Furthermore, for a cluster definition to be hierarchical, it must be able to adjust or relax its parameters and to do so in a way that allows more nodes to be included in the cluster during the next local clustering with the definition.

Connectivity based cluster definition

The connectivity based cluster definition is the default cluster definition implementation in this library that also happens to be a hierarchical one.

The cluster definition broadly works the following way:

  1. It calculates the quality difference the node provides or would provide for the cluster.
  2. It calculates the minimum quality difference - the threshold - to compare the quality difference to.
  3. Addition: if the quality difference of the addition is greater than or equal to the threshold, then the node should be added. Removal: if the quality difference of the removal is less than the threshold, then the node should be removed.

The cluster definition has the following configurable parameters:

  • Weighting coefficient: An edge weight multiplier for the edges that have at least one of their endpoints within the cluster. This is the parameter the cluster definition adjusts during hierarchical clustering.
  • Threshold modifier: The calculated base threshold is multiplied by the value of this parameter before being used to make a decision regarding the given node.

The quality difference is calculated in the following way: sum the edge weights multiplied by the weighting coefficient for each edge that connects the given node to the cluster.

The threshold is calculated in the following way: take the minimum of the following values and multiply it by the threshold modifier:

  • Half the number of nodes in the cluster minus 1.
  • Half the degree of the given node.
  • The sum of the degrees of the nodes within the cluster divided by 2 times the number of nodes within the cluster.
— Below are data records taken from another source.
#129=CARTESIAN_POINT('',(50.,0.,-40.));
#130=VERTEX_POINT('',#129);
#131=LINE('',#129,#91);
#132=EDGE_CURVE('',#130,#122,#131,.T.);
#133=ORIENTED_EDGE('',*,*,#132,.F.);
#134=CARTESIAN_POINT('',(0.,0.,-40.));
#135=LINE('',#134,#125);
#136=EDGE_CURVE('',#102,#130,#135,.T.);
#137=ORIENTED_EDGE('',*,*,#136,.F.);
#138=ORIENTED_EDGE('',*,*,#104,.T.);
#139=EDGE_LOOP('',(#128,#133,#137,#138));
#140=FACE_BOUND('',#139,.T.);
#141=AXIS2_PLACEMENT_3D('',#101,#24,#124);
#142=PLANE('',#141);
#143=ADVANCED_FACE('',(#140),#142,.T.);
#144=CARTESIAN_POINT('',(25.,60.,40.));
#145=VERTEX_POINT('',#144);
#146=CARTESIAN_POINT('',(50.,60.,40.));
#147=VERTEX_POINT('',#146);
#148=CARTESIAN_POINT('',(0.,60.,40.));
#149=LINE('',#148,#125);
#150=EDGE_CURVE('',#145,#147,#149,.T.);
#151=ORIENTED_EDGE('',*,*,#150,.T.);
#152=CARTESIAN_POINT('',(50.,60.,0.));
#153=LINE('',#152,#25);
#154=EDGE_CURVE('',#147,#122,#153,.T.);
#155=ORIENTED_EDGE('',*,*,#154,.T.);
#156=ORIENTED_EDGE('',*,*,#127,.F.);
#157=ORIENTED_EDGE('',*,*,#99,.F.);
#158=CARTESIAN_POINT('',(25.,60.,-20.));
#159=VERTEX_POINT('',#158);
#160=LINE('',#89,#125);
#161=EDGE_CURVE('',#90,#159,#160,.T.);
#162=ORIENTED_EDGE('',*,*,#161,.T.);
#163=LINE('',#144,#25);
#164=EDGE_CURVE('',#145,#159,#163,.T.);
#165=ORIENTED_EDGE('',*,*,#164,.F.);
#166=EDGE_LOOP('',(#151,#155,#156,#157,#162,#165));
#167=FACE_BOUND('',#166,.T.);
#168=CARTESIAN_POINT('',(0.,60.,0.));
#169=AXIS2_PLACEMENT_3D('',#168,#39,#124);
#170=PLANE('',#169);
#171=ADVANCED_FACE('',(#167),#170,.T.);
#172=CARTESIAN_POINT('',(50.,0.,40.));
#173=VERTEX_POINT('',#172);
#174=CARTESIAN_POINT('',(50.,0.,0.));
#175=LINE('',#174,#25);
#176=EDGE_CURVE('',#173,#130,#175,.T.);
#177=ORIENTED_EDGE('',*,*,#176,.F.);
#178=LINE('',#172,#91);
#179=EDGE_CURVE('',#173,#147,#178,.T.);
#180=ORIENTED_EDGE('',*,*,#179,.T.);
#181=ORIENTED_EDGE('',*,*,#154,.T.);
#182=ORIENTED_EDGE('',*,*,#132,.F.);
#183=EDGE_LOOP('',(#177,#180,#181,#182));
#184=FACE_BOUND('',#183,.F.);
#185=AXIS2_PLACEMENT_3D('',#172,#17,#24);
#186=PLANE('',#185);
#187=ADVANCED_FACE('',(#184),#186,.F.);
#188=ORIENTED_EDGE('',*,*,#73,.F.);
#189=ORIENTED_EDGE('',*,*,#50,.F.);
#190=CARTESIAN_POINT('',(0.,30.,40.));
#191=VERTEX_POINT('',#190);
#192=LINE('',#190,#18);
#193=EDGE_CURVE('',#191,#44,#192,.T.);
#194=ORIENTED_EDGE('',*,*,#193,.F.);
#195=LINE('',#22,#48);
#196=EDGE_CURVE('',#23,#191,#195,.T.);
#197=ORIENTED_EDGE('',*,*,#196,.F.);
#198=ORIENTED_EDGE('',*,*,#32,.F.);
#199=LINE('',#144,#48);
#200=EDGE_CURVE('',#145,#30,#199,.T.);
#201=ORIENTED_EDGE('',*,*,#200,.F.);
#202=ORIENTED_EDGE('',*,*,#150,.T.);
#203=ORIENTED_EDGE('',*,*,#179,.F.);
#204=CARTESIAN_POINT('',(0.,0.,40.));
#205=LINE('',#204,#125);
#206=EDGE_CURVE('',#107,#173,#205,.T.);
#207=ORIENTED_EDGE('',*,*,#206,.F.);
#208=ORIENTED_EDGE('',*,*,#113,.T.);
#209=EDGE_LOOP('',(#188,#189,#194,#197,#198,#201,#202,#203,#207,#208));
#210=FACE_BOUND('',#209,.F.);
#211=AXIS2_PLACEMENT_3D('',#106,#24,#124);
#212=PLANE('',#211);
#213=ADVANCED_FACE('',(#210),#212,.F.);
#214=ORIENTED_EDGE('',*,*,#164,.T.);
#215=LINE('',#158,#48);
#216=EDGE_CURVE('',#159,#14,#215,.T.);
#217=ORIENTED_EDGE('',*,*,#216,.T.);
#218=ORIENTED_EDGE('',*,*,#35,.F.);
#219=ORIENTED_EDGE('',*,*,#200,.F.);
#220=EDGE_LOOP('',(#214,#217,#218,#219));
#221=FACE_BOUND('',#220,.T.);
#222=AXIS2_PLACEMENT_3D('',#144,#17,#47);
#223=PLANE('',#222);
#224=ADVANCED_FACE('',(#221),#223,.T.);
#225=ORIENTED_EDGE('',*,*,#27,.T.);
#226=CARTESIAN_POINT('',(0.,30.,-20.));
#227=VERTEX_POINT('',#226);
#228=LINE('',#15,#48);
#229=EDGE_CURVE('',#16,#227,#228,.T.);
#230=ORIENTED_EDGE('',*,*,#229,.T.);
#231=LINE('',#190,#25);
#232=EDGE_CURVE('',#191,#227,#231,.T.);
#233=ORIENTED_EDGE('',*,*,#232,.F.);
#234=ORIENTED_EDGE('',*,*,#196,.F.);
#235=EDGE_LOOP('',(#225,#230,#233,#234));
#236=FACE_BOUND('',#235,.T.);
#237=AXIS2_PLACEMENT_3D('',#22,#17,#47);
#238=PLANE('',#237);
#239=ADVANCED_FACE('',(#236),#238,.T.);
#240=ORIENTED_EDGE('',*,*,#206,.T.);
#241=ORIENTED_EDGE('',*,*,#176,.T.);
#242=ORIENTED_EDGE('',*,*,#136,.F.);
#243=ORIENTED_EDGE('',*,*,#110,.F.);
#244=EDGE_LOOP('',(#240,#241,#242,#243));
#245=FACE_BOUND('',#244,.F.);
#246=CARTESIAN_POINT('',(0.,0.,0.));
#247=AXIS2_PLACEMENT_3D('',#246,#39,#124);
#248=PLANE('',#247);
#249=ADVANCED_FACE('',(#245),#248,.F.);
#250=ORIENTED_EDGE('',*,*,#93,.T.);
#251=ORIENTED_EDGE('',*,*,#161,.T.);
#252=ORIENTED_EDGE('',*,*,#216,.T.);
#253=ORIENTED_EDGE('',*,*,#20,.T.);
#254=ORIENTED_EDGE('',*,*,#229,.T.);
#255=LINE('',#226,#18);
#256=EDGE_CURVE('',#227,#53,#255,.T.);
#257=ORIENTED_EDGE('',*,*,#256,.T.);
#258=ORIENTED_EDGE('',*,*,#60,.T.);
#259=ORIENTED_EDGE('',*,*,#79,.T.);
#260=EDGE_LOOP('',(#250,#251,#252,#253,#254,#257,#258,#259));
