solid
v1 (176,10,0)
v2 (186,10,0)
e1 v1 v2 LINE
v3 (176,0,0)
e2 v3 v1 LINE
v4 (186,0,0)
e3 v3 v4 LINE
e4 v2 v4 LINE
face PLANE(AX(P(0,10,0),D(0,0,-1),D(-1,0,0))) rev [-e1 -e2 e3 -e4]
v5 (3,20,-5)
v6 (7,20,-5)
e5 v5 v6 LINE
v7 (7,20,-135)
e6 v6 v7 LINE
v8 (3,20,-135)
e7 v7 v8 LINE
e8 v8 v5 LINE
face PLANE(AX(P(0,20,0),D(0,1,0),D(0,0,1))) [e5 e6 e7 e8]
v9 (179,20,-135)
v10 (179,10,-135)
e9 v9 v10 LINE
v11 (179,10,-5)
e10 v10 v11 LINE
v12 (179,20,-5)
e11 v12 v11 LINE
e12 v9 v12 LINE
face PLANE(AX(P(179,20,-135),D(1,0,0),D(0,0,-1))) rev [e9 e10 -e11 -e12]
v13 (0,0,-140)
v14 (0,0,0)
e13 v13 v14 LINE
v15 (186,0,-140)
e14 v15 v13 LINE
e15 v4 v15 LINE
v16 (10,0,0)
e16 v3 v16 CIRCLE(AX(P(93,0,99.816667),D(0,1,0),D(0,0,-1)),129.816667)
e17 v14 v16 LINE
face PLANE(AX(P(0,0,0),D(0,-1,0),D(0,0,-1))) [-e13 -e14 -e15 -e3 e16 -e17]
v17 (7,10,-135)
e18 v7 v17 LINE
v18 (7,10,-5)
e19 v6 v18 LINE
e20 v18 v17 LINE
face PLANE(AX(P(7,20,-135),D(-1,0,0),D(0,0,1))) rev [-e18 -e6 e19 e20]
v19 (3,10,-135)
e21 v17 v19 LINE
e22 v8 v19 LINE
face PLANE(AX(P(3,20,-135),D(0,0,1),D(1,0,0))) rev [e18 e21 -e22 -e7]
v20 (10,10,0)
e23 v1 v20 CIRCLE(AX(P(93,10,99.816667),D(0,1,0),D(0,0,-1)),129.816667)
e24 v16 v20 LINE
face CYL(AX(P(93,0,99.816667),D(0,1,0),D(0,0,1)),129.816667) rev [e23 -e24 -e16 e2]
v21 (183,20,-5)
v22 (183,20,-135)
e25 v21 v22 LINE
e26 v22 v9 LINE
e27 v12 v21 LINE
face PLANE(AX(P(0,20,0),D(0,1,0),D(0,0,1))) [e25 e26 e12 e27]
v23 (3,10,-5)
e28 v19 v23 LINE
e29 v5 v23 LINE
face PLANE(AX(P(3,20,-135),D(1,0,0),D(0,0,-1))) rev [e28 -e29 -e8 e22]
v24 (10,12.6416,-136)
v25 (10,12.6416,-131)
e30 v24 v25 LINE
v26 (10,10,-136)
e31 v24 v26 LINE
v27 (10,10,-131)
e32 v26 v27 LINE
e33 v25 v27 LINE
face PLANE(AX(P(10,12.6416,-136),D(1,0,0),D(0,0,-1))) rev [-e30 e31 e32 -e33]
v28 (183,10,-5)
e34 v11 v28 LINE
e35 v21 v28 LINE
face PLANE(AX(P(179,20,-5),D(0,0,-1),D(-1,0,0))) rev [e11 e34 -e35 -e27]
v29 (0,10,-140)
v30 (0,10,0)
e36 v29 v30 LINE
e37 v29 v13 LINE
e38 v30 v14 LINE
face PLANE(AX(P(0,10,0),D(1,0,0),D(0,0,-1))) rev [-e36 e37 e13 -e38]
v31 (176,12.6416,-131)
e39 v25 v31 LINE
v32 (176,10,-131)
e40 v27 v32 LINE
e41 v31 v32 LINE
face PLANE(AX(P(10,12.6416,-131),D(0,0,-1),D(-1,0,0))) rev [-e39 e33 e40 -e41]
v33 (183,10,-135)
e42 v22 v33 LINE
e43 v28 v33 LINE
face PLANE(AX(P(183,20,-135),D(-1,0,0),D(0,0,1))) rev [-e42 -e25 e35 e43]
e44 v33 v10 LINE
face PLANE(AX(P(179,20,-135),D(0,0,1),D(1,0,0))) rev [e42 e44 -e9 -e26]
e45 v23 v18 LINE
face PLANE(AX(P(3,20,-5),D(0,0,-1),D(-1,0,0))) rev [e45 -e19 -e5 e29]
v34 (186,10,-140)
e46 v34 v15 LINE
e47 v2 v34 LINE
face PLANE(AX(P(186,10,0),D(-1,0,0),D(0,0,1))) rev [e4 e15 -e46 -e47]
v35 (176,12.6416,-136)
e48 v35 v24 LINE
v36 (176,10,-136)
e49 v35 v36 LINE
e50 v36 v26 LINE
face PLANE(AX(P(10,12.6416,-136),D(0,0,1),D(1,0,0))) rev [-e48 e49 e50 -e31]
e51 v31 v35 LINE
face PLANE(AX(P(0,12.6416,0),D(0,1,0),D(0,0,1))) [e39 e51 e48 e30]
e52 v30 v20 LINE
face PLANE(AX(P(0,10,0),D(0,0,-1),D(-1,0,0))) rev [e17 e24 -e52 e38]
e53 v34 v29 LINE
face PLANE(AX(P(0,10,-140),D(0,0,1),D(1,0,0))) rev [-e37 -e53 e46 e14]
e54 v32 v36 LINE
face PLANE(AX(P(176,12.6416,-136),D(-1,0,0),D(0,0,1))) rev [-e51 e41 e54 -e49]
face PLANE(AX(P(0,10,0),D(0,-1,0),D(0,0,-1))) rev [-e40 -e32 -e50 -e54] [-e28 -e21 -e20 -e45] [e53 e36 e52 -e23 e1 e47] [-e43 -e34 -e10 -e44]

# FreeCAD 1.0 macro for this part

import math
import FreeCAD as App
import Part
import Sketcher

doc = App.newDocument("Part")
params = doc.addObject("Spreadsheet::Sheet", "Params")
for row, (alias, value) in enumerate([
    ("sketch1_width", "186 mm"),
    ("sketch1_height", "140 mm"),
    ("pad1_length", "10 mm"),
    ("sketch2_width", "166 mm"),
    ("sketch3_width", "166 mm"),
    ("sketch3_height", "5 mm"),
    ("pad2_length", "2.6416 mm"),
    ("sketch4_width", "4 mm"),
    ("sketch4_height", "130 mm"),
    ("pad3_length", "10 mm"),
    ("sketch5_width", "4 mm"),
    ("sketch5_height", "130 mm"),
    ("pad4_length", "10 mm"),
], start=1):
    params.set(f"A{row}", alias)
    params.set(f"B{row}", "=" + value)
    params.setAlias(f"B{row}", alias)

body = doc.addObject("PartDesign::Body", "Body")

sketch1 = body.newObject("Sketcher::SketchObject", "Sketch")
sketch1.AttachmentSupport = (doc.getObject("XZ_Plane"), [""])
sketch1.MapMode = "FlatFace"
sketch1.addGeometry(Part.LineSegment(App.Vector(0, -140, 0), App.Vector(0, 0, 0)), False)
sketch1.addGeometry(Part.LineSegment(App.Vector(0, 0, 0), App.Vector(186, 0, 0)), False)
sketch1.addGeometry(Part.LineSegment(App.Vector(186, 0, 0), App.Vector(186, -140, 0)), False)
sketch1.addGeometry(Part.LineSegment(App.Vector(186, -140, 0), App.Vector(0, -140, 0)), False)
sketch1.addConstraint(Sketcher.Constraint("Coincident", 0, 2, 1, 1))
sketch1.addConstraint(Sketcher.Constraint("Coincident", 1, 2, 2, 1))
sketch1.addConstraint(Sketcher.Constraint("Coincident", 2, 2, 3, 1))
sketch1.addConstraint(Sketcher.Constraint("Coincident", 3, 2, 0, 1))
sketch1.addConstraint(Sketcher.Constraint("Vertical", 0))
sketch1.addConstraint(Sketcher.Constraint("Horizontal", 1))
sketch1.addConstraint(Sketcher.Constraint("Vertical", 2))
sketch1.addConstraint(Sketcher.Constraint("Horizontal", 3))
sketch1.addConstraint(Sketcher.Constraint("Coincident", 0, 2, -1, 1))
sketch1.addConstraint(Sketcher.Constraint("DistanceX", 1, 1, 1, 2, 186.0))
sketch1.addConstraint(Sketcher.Constraint("DistanceY", 0, 1, 0, 2, 140.0))
sketch1.setExpression("Constraints[9]", "Params.sketch1_width")
sketch1.setExpression("Constraints[10]", "Params.sketch1_height")
pad1 = body.newObject("PartDesign::Pad", "Pad")
pad1.Profile = sketch1
pad1.setExpression("Length", "Params.pad1_length")
pad1.Reversed = True

sketch2 = body.newObject("Sketcher::SketchObject", "Sketch001")
sketch2.AttachmentSupport = (doc.getObject("XZ_Plane"), [""])
sketch2.MapMode = "FlatFace"
sketch2.AttachmentOffset = App.Placement(App.Vector(0, 0, -10), App.Rotation())
sketch2.addGeometry(Part.LineSegment(App.Vector(10, 0, 0), App.Vector(176, 0, 0)), False)
sketch2.addGeometry(Part.ArcOfCircle(Part.Circle(App.Vector(93, 99.816667, 0), App.Vector(0, 0, 1), 129.816667), math.radians(-129.744352), math.radians(-50.255648)), False)
sketch2.addConstraint(Sketcher.Constraint("Coincident", 0, 1, 1, 1))
sketch2.addConstraint(Sketcher.Constraint("Coincident", 1, 2, 0, 2))
sketch2.addConstraint(Sketcher.Constraint("Horizontal", 0))
sketch2.addConstraint(Sketcher.Constraint("PointOnObject", 0, 1, -1))
sketch2.addConstraint(Sketcher.Constraint("DistanceX", 0, 1, 0, 2, 166.0))
sketch2.addConstraint(Sketcher.Constraint("DistanceX", -1, 1, 1, 3, 93.0))
sketch2.addConstraint(Sketcher.Constraint("Radius", 1, 129.816667))
sketch2.setExpression("Constraints[4]", "Params.sketch2_width")
pocket1 = body.newObject("PartDesign::Pocket", "Pocket")
pocket1.Profile = sketch2
pocket1.Type = "ThroughAll"
pocket1.Reversed = True

sketch3 = body.newObject("Sketcher::SketchObject", "Sketch002")
sketch3.AttachmentSupport = (doc.getObject("XZ_Plane"), [""])
sketch3.MapMode = "FlatFace"
sketch3.AttachmentOffset = App.Placement(App.Vector(0, 0, -10), App.Rotation())
sketch3.addGeometry(Part.LineSegment(App.Vector(10, -136, 0), App.Vector(10, -131, 0)), False)
sketch3.addGeometry(Part.LineSegment(App.Vector(10, -131, 0), App.Vector(176, -131, 0)), False)
sketch3.addGeometry(Part.LineSegment(App.Vector(176, -131, 0), App.Vector(176, -136, 0)), False)
sketch3.addGeometry(Part.LineSegment(App.Vector(176, -136, 0), App.Vector(10, -136, 0)), False)
sketch3.addConstraint(Sketcher.Constraint("Coincident", 0, 2, 1, 1))
sketch3.addConstraint(Sketcher.Constraint("Coincident", 1, 2, 2, 1))
sketch3.addConstraint(Sketcher.Constraint("Coincident", 2, 2, 3, 1))
sketch3.addConstraint(Sketcher.Constraint("Coincident", 3, 2, 0, 1))
sketch3.addConstraint(Sketcher.Constraint("Vertical", 0))
sketch3.addConstraint(Sketcher.Constraint("Horizontal", 1))
sketch3.addConstraint(Sketcher.Constraint("Vertical", 2))
sketch3.addConstraint(Sketcher.Constraint("Horizontal", 3))
sketch3.addConstraint(Sketcher.Constraint("DistanceX", 1, 1, 1, 2, 166.0))
sketch3.addConstraint(Sketcher.Constraint("DistanceY", 0, 1, 0, 2, 5.0))
sketch3.addConstraint(Sketcher.Constraint("DistanceX", -1, 1, 0, 2, 10.0))
sketch3.addConstraint(Sketcher.Constraint("DistanceY", 0, 2, -1, 1, 131.0))
sketch3.setExpression("Constraints[8]", "Params.sketch3_width")
sketch3.setExpression("Constraints[9]", "Params.sketch3_height")
pad2 = body.newObject("PartDesign::Pad", "Pad001")
pad2.Profile = sketch3
pad2.setExpression("Length", "Params.pad2_length")
pad2.Reversed = True

sketch4 = body.newObject("Sketcher::SketchObject", "Sketch003")
sketch4.AttachmentSupport = (doc.getObject("XZ_Plane"), [""])
sketch4.MapMode = "FlatFace"
sketch4.AttachmentOffset = App.Placement(App.Vector(0, 0, -10), App.Rotation())
sketch4.addGeometry(Part.LineSegment(App.Vector(179, -135, 0), App.Vector(179, -5, 0)), False)
sketch4.addGeometry(Part.LineSegment(App.Vector(179, -5, 0), App.Vector(183, -5, 0)), False)
sketch4.addGeometry(Part.LineSegment(App.Vector(183, -5, 0), App.Vector(183, -135, 0)), False)
sketch4.addGeometry(Part.LineSegment(App.Vector(183, -135, 0), App.Vector(179, -135, 0)), False)
sketch4.addConstraint(Sketcher.Constraint("Coincident", 0, 2, 1, 1))
sketch4.addConstraint(Sketcher.Constraint("Coincident", 1, 2, 2, 1))
sketch4.addConstraint(Sketcher.Constraint("Coincident", 2, 2, 3, 1))
sketch4.addConstraint(Sketcher.Constraint("Coincident", 3, 2, 0, 1))
sketch4.addConstraint(Sketcher.Constraint("Vertical", 0))
sketch4.addConstraint(Sketcher.Constraint("Horizontal", 1))
sketch4.addConstraint(Sketcher.Constraint("Vertical", 2))
sketch4.addConstraint(Sketcher.Constraint("Horizontal", 3))
sketch4.addConstraint(Sketcher.Constraint("DistanceX", 1, 1, 1, 2, 4.0))
sketch4.addConstraint(Sketcher.Constraint("DistanceY", 0, 1, 0, 2, 130.0))
sketch4.addConstraint(Sketcher.Constraint("DistanceX", -1, 1, 0, 2, 179.0))
sketch4.addConstraint(Sketcher.Constraint("DistanceY", 0, 2, -1, 1, 5.0))
sketch4.setExpression("Constraints[8]", "Params.sketch4_width")
sketch4.setExpression("Constraints[9]", "Params.sketch4_height")
pad3 = body.newObject("PartDesign::Pad", "Pad002")
pad3.Profile = sketch4
pad3.setExpression("Length", "Params.pad3_length")
pad3.Reversed = True

sketch5 = body.newObject("Sketcher::SketchObject", "Sketch004")
sketch5.AttachmentSupport = (doc.getObject("XZ_Plane"), [""])
sketch5.MapMode = "FlatFace"
sketch5.AttachmentOffset = App.Placement(App.Vector(0, 0, -10), App.Rotation())
sketch5.addGeometry(Part.LineSegment(App.Vector(3, -135, 0), App.Vector(3, -5, 0)), False)
sketch5.addGeometry(Part.LineSegment(App.Vector(3, -5, 0), App.Vector(7, -5, 0)), False)
sketch5.addGeometry(Part.LineSegment(App.Vector(7, -5, 0), App.Vector(7, -135, 0)), False)
sketch5.addGeometry(Part.LineSegment(App.Vector(7, -135, 0), App.Vector(3, -135, 0)), False)
sketch5.addConstraint(Sketcher.Constraint("Coincident", 0, 2, 1, 1))
sketch5.addConstraint(Sketcher.Constraint("Coincident", 1, 2, 2, 1))
sketch5.addConstraint(Sketcher.Constraint("Coincident", 2, 2, 3, 1))
sketch5.addConstraint(Sketcher.Constraint("Coincident", 3, 2, 0, 1))
sketch5.addConstraint(Sketcher.Constraint("Vertical", 0))
sketch5.addConstraint(Sketcher.Constraint("Horizontal", 1))
sketch5.addConstraint(Sketcher.Constraint("Vertical", 2))
sketch5.addConstraint(Sketcher.Constraint("Horizontal", 3))
sketch5.addConstraint(Sketcher.Constraint("DistanceX", 1, 1, 1, 2, 4.0))
sketch5.addConstraint(Sketcher.Constraint("DistanceY", 0, 1, 0, 2, 130.0))
sketch5.addConstraint(Sketcher.Constraint("DistanceX", -1, 1, 0, 2, 3.0))
sketch5.addConstraint(Sketcher.Constraint("DistanceY", 0, 2, -1, 1, 5.0))
sketch5.setExpression("Constraints[8]", "Params.sketch5_width")
sketch5.setExpression("Constraints[9]", "Params.sketch5_height")
pad4 = body.newObject("PartDesign::Pad", "Pad003")
pad4.Profile = sketch5
pad4.setExpression("Length", "Params.pad4_length")
pad4.Reversed = True

doc.recompute()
The cluster definition adjusts itself to the next hierarchy level by finding the value to multiply the weighting coefficient by in order for the cluster definition to be able to include at least one more node in the cluster.

For more details, see the actual implementation.

Other

There are many cluster quality metrics that could be turned into (herarchical) cluster definitions for this algorithm. The most obvious choices that should (will) be implemented and tested in this library are modularity and conductance. As mentioned in the contribution section of the readme file, implementations of these cluster definitions would be very welcome.

Utilities

The library contains a history and a ranking module that will be introduced very briefly in this section.

Ranking

The ranking module can be used to rank the nodes in the cluster and broadly speaking their neighbours by their importance or contribution to the cluster. Ranking - in its current form - needs a cluster definition to be similarly implemented to the connectivity cluster definition. Cluster engines are able to create a so called rank provider that - given a step history described later in this section - can calculate a single numerical value - the rank of the node - for each node that was seen during the last step of the clustering.

For more details, see the ranking module of the library.

History

The history module is responsible for recording the steps a cluster engine has taken while calculating a cluster. History recording is done automatically by the local cluster engine. Actually, history recording is not only an optional extension to the local cluster engine, it is also used find out if the cluster engine has entered a loop and should therefore be terminated.

For more details, see the history module of the library.

Example - the Zachary karate club

The library includes a demo module that illustrates the usage of both the local and the hierarchical local cluster engines on the Zachary karate club. See the readme file for installation instructions and the demo module for more details.